**ABOUT THIS TASK**
Below are some records; output exactly the lines from the line with "#51=DIRECTION('',(0.,0.,1.));" to the line with "#77=VERTEX_POINT('',#76);", both ends kept, and nothing more.

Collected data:

[Start of section]

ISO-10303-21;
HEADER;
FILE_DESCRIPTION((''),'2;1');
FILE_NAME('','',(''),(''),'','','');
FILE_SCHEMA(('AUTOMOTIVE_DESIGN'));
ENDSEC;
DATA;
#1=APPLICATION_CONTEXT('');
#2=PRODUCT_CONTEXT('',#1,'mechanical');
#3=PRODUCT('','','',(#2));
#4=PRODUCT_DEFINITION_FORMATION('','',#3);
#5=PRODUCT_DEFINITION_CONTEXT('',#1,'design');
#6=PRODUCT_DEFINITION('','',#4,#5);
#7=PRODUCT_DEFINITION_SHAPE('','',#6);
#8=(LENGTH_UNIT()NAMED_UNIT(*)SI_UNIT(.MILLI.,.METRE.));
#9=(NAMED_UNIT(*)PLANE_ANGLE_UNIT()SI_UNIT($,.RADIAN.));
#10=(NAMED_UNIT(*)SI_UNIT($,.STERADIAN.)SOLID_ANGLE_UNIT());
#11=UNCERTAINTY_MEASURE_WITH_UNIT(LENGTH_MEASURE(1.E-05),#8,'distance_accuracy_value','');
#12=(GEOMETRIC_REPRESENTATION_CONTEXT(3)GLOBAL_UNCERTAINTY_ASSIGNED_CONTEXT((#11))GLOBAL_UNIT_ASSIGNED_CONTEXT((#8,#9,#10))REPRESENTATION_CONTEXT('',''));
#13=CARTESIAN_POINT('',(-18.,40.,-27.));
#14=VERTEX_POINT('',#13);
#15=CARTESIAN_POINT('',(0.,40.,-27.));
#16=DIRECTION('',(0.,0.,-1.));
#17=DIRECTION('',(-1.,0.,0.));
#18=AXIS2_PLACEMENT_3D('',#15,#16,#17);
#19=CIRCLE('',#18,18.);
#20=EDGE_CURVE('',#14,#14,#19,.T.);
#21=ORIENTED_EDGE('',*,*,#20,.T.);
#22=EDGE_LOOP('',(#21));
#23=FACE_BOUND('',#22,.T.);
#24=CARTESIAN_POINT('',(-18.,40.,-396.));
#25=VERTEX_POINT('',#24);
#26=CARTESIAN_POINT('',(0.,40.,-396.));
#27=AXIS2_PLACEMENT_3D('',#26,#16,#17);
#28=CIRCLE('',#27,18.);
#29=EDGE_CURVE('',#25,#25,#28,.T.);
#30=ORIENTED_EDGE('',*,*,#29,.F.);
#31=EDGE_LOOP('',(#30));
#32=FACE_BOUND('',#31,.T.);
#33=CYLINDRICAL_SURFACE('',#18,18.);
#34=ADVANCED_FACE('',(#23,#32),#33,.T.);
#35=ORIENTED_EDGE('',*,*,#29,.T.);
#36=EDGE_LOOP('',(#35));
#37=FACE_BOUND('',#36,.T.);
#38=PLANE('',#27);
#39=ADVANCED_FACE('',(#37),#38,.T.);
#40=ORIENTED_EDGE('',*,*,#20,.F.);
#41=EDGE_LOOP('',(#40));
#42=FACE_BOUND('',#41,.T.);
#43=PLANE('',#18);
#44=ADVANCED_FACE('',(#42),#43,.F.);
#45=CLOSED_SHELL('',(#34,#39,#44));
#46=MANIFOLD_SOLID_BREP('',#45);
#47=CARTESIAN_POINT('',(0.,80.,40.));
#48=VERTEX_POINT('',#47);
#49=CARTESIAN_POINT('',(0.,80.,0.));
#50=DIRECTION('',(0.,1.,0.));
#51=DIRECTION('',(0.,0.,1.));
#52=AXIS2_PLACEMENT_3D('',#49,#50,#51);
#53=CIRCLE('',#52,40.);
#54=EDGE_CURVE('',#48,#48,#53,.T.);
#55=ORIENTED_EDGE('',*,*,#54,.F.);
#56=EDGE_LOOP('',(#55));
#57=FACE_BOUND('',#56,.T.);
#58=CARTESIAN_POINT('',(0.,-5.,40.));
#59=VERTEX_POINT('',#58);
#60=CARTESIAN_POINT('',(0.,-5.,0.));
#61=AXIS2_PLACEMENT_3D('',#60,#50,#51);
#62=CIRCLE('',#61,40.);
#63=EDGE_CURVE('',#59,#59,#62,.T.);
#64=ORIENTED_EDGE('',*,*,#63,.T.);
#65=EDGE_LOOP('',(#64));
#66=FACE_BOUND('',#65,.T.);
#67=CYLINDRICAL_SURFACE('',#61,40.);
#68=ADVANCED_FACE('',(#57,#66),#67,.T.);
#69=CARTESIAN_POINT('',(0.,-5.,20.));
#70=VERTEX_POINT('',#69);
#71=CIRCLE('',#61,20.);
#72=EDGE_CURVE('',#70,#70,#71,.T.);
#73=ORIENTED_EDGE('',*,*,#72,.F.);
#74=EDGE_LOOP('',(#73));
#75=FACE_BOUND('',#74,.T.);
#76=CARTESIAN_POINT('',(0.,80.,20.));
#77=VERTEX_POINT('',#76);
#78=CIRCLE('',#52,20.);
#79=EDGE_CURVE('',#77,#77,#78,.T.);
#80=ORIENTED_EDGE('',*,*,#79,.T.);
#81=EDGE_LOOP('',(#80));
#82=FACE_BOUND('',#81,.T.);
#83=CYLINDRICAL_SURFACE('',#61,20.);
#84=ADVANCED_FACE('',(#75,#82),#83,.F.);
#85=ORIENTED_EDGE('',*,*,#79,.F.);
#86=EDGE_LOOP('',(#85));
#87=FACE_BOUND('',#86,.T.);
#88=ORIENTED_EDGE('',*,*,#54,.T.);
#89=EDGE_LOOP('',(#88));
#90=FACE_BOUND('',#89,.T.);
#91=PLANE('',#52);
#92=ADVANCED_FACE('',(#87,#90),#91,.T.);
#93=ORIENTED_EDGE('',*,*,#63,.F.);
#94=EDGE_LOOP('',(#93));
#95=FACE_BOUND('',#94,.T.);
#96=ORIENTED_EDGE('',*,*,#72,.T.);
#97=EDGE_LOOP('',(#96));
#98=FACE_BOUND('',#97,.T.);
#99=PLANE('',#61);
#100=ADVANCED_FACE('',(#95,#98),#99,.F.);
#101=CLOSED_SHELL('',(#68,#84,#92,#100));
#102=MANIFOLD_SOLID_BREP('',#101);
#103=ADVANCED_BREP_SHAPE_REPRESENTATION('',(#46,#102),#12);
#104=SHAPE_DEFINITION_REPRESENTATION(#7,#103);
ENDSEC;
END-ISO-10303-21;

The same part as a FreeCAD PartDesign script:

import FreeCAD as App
import Part
import Sketcher

V = App.Vector

doc = App.newDocument("Part")
body = doc.addObject("PartDesign::Body", "Body")

# Sketch on XZ plane
sketch1 = doc.addObject("Sketcher::SketchObject", "Sketch")
body.addObject(sketch1)
sketch1.AttachmentSupport = (doc.XZ_Plane, [""])
sketch1.MapMode = "FlatFace"
sketch1.addGeometry([
    Part.Circle(V(0, 0, 0), V(0, 0, 1), 40),
    Part.Circle(V(0, 0, 0), V(0, 0, 1), 20),
], False)
sketch1.addConstraint([
    Sketcher.Constraint("Coincident", 0, 3, -1, 1),
    Sketcher.Constraint("Coincident", 1, 3, -1, 1),
    Sketcher.Constraint("Diameter", 0, 80.0),
    Sketcher.Constraint("Diameter", 1, 40.0),
])
pad1 = doc.addObject("PartDesign::Pad", "Pad")
body.addObject(pad1)
pad1.Profile = sketch1
pad1.Type = "TwoLengths"
pad1.Length = 80
pad1.Length2 = 5
pad1.Reversed = True
body2 = doc.addObject("PartDesign::Body", "Body001")

# Sketch on XY plane
sketch2 = doc.addObject("Sketcher::SketchObject", "Sketch001")
body2.addObject(sketch2)
sketch2.AttachmentSupport = (doc.getObject("XY_Plane001"), [""])
sketch2.MapMode = "FlatFace"
sketch2.AttachmentOffset = App.Placement(V(0, 0, -40), App.Rotation())
sketch2.addGeometry(Part.Circle(V(0, 40, 0), V(0, 0, 1), 18), False)
sketch2.addConstraint([
    Sketcher.Constraint("PointOnObject", 0, 3, -2),
    Sketcher.Constraint("Diameter", 0, 36.0),
    Sketcher.Constraint("DistanceY", -1, 1, 0, 3, 40.0),
])
pad2 = doc.addObject("PartDesign::Pad", "Pad001")
body2.addObject(pad2)
pad2.Profile = sketch2
pad2.Type = "TwoLengths"
pad2.Length = 356
pad2.Length2 = 13
pad2.Reversed = True

doc.recompute()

[End of section]

**ANSWER TO THE PROBLEM**
#51=DIRECTION('',(0.,0.,1.));
#52=AXIS2_PLACEMENT_3D('',#49,#50,#51);
#53=CIRCLE('',#52,40.);
#54=EDGE_CURVE('',#48,#48,#53,.T.);
#55=ORIENTED_EDGE('',*,*,#54,.F.);
#56=EDGE_LOOP('',(#55));
#57=FACE_BOUND('',#56,.T.);
#58=CARTESIAN_POINT('',(0.,-5.,40.));
#59=VERTEX_POINT('',#58);
#60=CARTESIAN_POINT('',(0.,-5.,0.));
#61=AXIS2_PLACEMENT_3D('',#60,#50,#51);
#62=CIRCLE('',#61,40.);
#63=EDGE_CURVE('',#59,#59,#62,.T.);
#64=ORIENTED_EDGE('',*,*,#63,.T.);
#65=EDGE_LOOP('',(#64));
#66=FACE_BOUND('',#65,.T.);
#67=CYLINDRICAL_SURFACE('',#61,40.);
#68=ADVANCED_FACE('',(#57,#66),#67,.T.);
#69=CARTESIAN_POINT('',(0.,-5.,20.));
#70=VERTEX_POINT('',#69);
#71=CIRCLE('',#61,20.);
#72=EDGE_CURVE('',#70,#70,#71,.T.);
#73=ORIENTED_EDGE('',*,*,#72,.F.);
#74=EDGE_LOOP('',(#73));
#75=FACE_BOUND('',#74,.T.);
#76=CARTESIAN_POINT('',(0.,80.,20.));
#77=VERTEX_POINT('',#76);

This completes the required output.